EMOTIONS IN MEDICINE, HEALTH AND WELLBEING
Date: 21st August 2025 – In Person
Registration details to follow
This research symposium at the University of Sydney and co-organised with the Shame and Medicine Project critically interrogates the role of self-conscious emotions in health, medicine, and well-being discourse. Emotions are not merely internal states; they are shaped by overlapping structures of power deeply influencing ethical theory and healthcare practice. Social hierarchies such as race, gender, class, caste, disability, and migration status shape how emotions are experienced and expressed. Emotions are not neutral but are entangled with systemic inequities—determining whose pain is taken seriously, whose suffering is medicalized or dismissed, and whose expressions of grief, anger, humor, humiliation, shame, or care are deemed appropriate or disruptive. By examining emotions through this lens, we uncover how they function as both tools of control and acts of resistance, shaping healthcare interactions, ethical norms, and the possibilities for more just and equitable forms of care.

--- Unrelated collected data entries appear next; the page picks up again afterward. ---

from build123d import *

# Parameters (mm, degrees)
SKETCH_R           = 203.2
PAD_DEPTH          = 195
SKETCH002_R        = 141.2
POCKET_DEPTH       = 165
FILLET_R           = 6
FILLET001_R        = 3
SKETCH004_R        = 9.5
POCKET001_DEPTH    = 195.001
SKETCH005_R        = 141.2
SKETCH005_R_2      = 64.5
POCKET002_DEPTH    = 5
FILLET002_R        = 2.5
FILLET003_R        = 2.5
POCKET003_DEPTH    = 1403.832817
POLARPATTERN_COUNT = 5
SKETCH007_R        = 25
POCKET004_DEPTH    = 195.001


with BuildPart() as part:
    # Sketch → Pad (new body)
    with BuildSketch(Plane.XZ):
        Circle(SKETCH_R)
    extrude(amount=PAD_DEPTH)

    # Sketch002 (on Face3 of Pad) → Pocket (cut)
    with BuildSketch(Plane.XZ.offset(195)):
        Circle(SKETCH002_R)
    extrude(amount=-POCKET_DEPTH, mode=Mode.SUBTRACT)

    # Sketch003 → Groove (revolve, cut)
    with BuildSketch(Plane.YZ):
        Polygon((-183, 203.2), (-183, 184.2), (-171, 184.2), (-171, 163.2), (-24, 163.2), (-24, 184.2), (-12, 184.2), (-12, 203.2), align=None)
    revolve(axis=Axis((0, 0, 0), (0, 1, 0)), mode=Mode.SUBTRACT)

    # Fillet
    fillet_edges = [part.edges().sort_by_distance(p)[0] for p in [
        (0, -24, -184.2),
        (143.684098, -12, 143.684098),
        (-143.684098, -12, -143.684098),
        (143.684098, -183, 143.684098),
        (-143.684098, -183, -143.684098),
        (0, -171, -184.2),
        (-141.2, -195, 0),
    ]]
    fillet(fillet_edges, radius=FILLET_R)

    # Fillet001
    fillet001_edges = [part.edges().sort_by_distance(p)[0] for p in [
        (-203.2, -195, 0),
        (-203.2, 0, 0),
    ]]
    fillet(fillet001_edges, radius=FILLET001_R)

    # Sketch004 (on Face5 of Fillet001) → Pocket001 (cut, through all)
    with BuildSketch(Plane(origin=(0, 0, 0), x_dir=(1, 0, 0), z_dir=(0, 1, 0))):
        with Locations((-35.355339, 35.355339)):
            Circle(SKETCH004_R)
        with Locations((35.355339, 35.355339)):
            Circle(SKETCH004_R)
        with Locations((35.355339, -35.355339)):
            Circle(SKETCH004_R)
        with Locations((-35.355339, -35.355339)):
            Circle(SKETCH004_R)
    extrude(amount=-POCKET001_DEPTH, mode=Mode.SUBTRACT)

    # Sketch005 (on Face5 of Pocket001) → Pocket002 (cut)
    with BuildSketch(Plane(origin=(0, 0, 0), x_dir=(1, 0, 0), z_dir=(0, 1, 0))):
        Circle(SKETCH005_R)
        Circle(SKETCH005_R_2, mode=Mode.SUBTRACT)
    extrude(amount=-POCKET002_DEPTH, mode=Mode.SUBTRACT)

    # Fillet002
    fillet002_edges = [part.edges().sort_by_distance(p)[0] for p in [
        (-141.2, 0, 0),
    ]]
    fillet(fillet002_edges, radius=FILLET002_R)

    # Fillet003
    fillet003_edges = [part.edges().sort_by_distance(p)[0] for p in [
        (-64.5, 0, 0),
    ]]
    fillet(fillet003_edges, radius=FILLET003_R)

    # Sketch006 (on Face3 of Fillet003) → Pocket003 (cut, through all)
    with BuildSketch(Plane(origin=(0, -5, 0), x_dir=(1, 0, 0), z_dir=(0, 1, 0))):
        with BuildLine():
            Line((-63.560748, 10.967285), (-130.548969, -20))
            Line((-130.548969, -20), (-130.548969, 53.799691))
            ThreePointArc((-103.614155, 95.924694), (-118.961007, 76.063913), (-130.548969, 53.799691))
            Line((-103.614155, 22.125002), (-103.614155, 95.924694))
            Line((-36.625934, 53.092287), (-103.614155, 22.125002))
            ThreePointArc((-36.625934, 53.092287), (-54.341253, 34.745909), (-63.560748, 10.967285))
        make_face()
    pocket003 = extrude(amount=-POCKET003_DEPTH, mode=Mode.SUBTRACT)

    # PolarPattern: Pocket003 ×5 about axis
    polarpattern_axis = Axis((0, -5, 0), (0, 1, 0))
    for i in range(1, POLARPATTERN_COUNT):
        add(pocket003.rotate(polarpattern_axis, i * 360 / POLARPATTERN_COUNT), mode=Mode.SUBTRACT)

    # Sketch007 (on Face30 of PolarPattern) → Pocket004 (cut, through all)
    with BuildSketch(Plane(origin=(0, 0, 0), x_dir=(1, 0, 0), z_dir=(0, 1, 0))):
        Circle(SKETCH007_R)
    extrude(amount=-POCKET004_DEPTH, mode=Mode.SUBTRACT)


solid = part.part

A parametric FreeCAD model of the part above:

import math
import FreeCAD as App
import Part
import Sketcher

V = App.Vector
Q = App.Units.Quantity


def edges_at(feature, points):
    """Names of the edges that pass closest to the given points."""
    edges = feature.Shape.Edges
    near = lambda p: min(range(len(edges)), key=lambda i: edges[i].distToShape(Part.Vertex(*p))[0])
    return sorted({f"Edge{near(p) + 1}" for p in points})


def add_polygon(sketch, points):
    """Adds a closed chain of lines whose ends are joined by coincident constraints."""
    first, n = sketch.GeometryCount, len(points)
    for a, b in zip(points, points[1:] + points[:1]):
        sketch.addGeometry(Part.LineSegment(App.Vector(*a, 0), App.Vector(*b, 0)), False)
    for i in range(n):
        sketch.addConstraint(Sketcher.Constraint("Coincident", first + i, 2, first + (i + 1) % n, 1))

doc = App.newDocument("Part")
body = doc.addObject("PartDesign::Body", "Body")

# Sketch on XZ plane
sketch1 = body.newObject("Sketcher::SketchObject", "Sketch")
sketch1.AttachmentSupport = (doc.getObject("XZ_Plane"), [""])
sketch1.MapMode = "FlatFace"
sketch1.addGeometry(Part.Circle(V(0, 0, 0), V(0, 0, 1), 203), False)
sketch1.addConstraint([
    Sketcher.Constraint("Coincident", 0, 3, -1, 1),
    Sketcher.Constraint("Diameter", 0, Q("406.4 mm")),
])
pad1 = body.newObject("PartDesign::Pad", "Pad")
pad1.Profile = sketch1
pad1.Length = 195

# Sketch on XZ plane
sketch2 = body.newObject("Sketcher::SketchObject", "Sketch001")
sketch2.AttachmentSupport = (doc.getObject("XZ_Plane"), [""])
sketch2.MapMode = "FlatFace"
sketch2.AttachmentOffset = App.Placement(V(0, 0, 195), App.Rotation())
sketch2.addGeometry(Part.Circle(V(0, 0, 0), V(0, 0, 1), 141), False)
sketch2.addConstraint([
    Sketcher.Constraint("Coincident", 0, 3, -1, 1),
    Sketcher.Constraint("Diameter", 0, Q("282.4 mm")),
])
pocket1 = body.newObject("PartDesign::Pocket", "Pocket")
pocket1.Profile = sketch2
pocket1.Length = 165

# Sketch on YZ plane
sketch3 = body.newObject("Sketcher::SketchObject", "Sketch002")
sketch3.AttachmentSupport = (doc.getObject("YZ_Plane"), [""])
sketch3.MapMode = "FlatFace"
add_polygon(sketch3, [(-183, 203), (-183, 184), (-171, 184), (-171, 163), (-24, 163), (-24, 184), (-12, 184), (-12, 203)])  # lines 0-7
sketch3.addConstraint([
    Sketcher.Constraint("Vertical", 0),
    Sketcher.Constraint("Horizontal", 1),
    Sketcher.Constraint("Vertical", 2),
    Sketcher.Constraint("Horizontal", 3),
    Sketcher.Constraint("Vertical", 4),
    Sketcher.Constraint("Horizontal", 5),
    Sketcher.Constraint("Vertical", 6),
    Sketcher.Constraint("Horizontal", 7),
    Sketcher.Constraint("Horizontal", 1, 2, 4, 2),
    Sketcher.Constraint("Equal", 1, 5),
    Sketcher.Constraint("DistanceX", 1, 1, 1, 2, Q("12 mm")),
    Sketcher.Constraint("DistanceX", 3, 1, 3, 2, Q("147 mm")),
    Sketcher.Constraint("DistanceY", 0, 2, 0, 1, Q("19 mm")),
    Sketcher.Constraint("DistanceY", 2, 2, 2, 1, Q("21 mm")),
    Sketcher.Constraint("DistanceX", 0, 2, -1, 1, Q("183 mm")),
    Sketcher.Constraint("DistanceY", -1, 1, 0, 2, Q("184.2 mm")),
])
groove = body.newObject("PartDesign::Groove", "Groove")
groove.Profile = sketch3
groove.ReferenceAxis = (sketch3, ["H_Axis"])
groove.Angle = 360
doc.recompute()

fillet = body.newObject("PartDesign::Fillet", "Fillet")
fillet.Base = (groove, edges_at(groove, [
    (0, -24, -184.2),
    (-203.2, -12, 0),
    (-203.2, -12, 0),
    (-203.2, -183, 0),
    (-203.2, -183, 0),
    (0, -171, -184.2),
    (-141.2, -195, 0),
]))
fillet.Radius = 6
doc.recompute()

fillet2 = body.newObject("PartDesign::Fillet", "Fillet001")
fillet2.Base = (fillet, edges_at(fillet, [(-203.2, -195, 0), (-203.2, 0, 0)]))
fillet2.Radius = 3

# Sketch on XZ plane
sketch4 = body.newObject("Sketcher::SketchObject", "Sketch003")
sketch4.AttachmentSupport = (doc.getObject("XZ_Plane"), [""])
sketch4.MapMode = "FlatFace"
sketch4.addGeometry([
    Part.Circle(V(-35, -35, 0), V(0, 0, 1), 10),
    Part.Circle(V(35, -35, 0), V(0, 0, 1), 10),
    Part.Circle(V(35, 35, 0), V(0, 0, 1), 10),
    Part.Circle(V(-35, 35, 0), V(0, 0, 1), 10),
], False)
sketch4.addConstraint([
    Sketcher.Constraint("Equal", 0, 1),
    Sketcher.Constraint("Equal", 1, 2),
    Sketcher.Constraint("Equal", 2, 3),
    Sketcher.Constraint("Symmetric", 0, 3, 2, 3, -1, 1),
    Sketcher.Constraint("Symmetric", 1, 3, 3, 3, -1, 1),
    Sketcher.Constraint("Symmetric", 0, 3, 1, 3, -2),
    Sketcher.Constraint("Diameter", 0, Q("19 mm")),
    Sketcher.Constraint("DistanceX", 0, 3, -1, 1, Q("35.355339 mm")),
    Sketcher.Constraint("DistanceY", 0, 3, -1, 1, Q("35.355339 mm")),
])
pocket2 = body.newObject("PartDesign::Pocket", "Pocket001")
pocket2.Profile = sketch4
pocket2.Type = "ThroughAll"
pocket2.Reversed = True

# Sketch on XZ plane
sketch5 = body.newObject("Sketcher::SketchObject", "Sketch004")
sketch5.AttachmentSupport = (doc.getObject("XZ_Plane"), [""])
sketch5.MapMode = "FlatFace"
sketch5.addGeometry([
    Part.Circle(V(0, 0, 0), V(0, 0, 1), 141),
    Part.Circle(V(0, 0, 0), V(0, 0, 1), 64),
], False)
sketch5.addConstraint([
    Sketcher.Constraint("Coincident", 0, 3, -1, 1),
    Sketcher.Constraint("Coincident", 1, 3, -1, 1),
    Sketcher.Constraint("Diameter", 1, Q("129 mm")),
    Sketcher.Constraint("Diameter", 0, Q("282.4 mm")),
])
pocket3 = body.newObject("PartDesign::Pocket", "Pocket002")
pocket3.Profile = sketch5
pocket3.Length = 5
pocket3.Reversed = True
doc.recompute()

fillet3 = body.newObject("PartDesign::Fillet", "Fillet002")
fillet3.Base = (pocket3, edges_at(pocket3, [(-141.2, 0, 0)]))
fillet3.Radius = 2.5
doc.recompute()

fillet4 = body.newObject("PartDesign::Fillet", "Fillet003")
fillet4.Base = (fillet3, edges_at(fillet3, [(-64.5, 0, 0)]))
fillet4.Radius = 2.5

# Sketch on XZ plane
sketch6 = body.newObject("Sketcher::SketchObject", "Sketch005")
sketch6.AttachmentSupport = (doc.getObject("XZ_Plane"), [""])
sketch6.MapMode = "FlatFace"
sketch6.AttachmentOffset = App.Placement(V(0, 0, 5), App.Rotation())
sketch6.addGeometry([
    Part.LineSegment(V(-131, 20, 0), V(-64, -11, 0)),  # 0
    Part.ArcOfCircle(Part.Circle(V(0, 0, 0), V(0, 0, 1), 65), math.radians(-170), math.radians(-125)),  # 1
    Part.LineSegment(V(-37, -53, 0), V(-104, -22, 0)),  # 2
    Part.LineSegment(V(-104, -22, 0), V(-104, -96, 0)),  # 3
    Part.ArcOfCircle(Part.Circle(V(0, 0, 0), V(0, 0, 1), 141), math.radians(-158), math.radians(-137)),  # 4
    Part.LineSegment(V(-131, -54, 0), V(-131, 20, 0)),  # 5
], False)
sketch6.addConstraint([
    Sketcher.Constraint("Coincident", 0, 2, 1, 1),
    Sketcher.Constraint("Coincident", 1, 2, 2, 1),
    Sketcher.Constraint("Coincident", 2, 2, 3, 1),
    Sketcher.Constraint("Coincident", 3, 2, 4, 2),
    Sketcher.Constraint("Coincident", 4, 1, 5, 1),
    Sketcher.Constraint("Coincident", 5, 2, 0, 1),
    Sketcher.Constraint("Vertical", 3),
    Sketcher.Constraint("Vertical", 5),
    Sketcher.Constraint("Coincident", 1, 3, -1, 1),
    Sketcher.Constraint("Coincident", 4, 3, -1, 1),
    Sketcher.Constraint("Parallel", 0, 2),
    Sketcher.Constraint("Equal", 3, 5),
    Sketcher.Constraint("Equal", 0, 2),
    Sketcher.Constraint("Radius", 4, Q("141.2 mm")),
    Sketcher.Constraint("DistanceY", -1, 1, 5, 2, Q("20 mm")),
    Sketcher.Constraint("DistanceY", 2, 2, -1, 1, Q("22.125002 mm")),
    Sketcher.Constraint("Radius", 1, Q("64.500003 mm")),
    Sketcher.Constraint("DistanceY", 5, 1, 5, 2, Q("73.799691 mm")),
])
pocket4 = body.newObject("PartDesign::Pocket", "Pocket003")
pocket4.Profile = sketch6
pocket4.Type = "ThroughAll"
pocket4.Reversed = True
doc.recompute()

polarpattern = body.newObject("PartDesign::PolarPattern", "PolarPattern")
polarpattern.Originals = [pocket4]
polarpattern.Axis = (doc.getObject("Y_Axis"), [""])
polarpattern.Angle = 360
polarpattern.Occurrences = 5
body.Tip = polarpattern

# Sketch on XZ plane
sketch7 = body.newObject("Sketcher::SketchObject", "Sketch006")
sketch7.AttachmentSupport = (doc.getObject("XZ_Plane"), [""])
sketch7.MapMode = "FlatFace"
sketch7.addGeometry(Part.Circle(V(0, 0, 0), V(0, 0, 1), 25), False)
sketch7.addConstraint([
    Sketcher.Constraint("Coincident", 0, 3, -1, 1),
    Sketcher.Constraint("Diameter", 0, Q("50 mm")),
])
pocket5 = body.newObject("PartDesign::Pocket", "Pocket004")
pocket5.Profile = sketch7
pocket5.Type = "ThroughAll"
pocket5.Reversed = True

doc.recompute()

How do emotions mediate moral evaluations and values in healthcare spaces? How do they reinforce or disrupt hierarchies of knowledge, authority, and care? Whose emotions are legitimized, and whose are dismissed as irrational or excessive? Symposium speakers will engage with these questions to uncover the ways emotions shape health outcomes, ethical affordances, and the broader politics of care, calling attention to how emotions operate within systems of power, marginalization, and resistance in healthcare.
Objectives
The symposium’s main objective is to initiate interdisciplinary discussion about emotions and values within healthcare debates, and its significance to ethical theory, practice and ethics education. A symposium such as this one will provide a unique opportunity for humanities, artists, healthcare professionals, and social research scholars to discuss the significance of emotions towards health, wellbeing and in general in medicine discourse.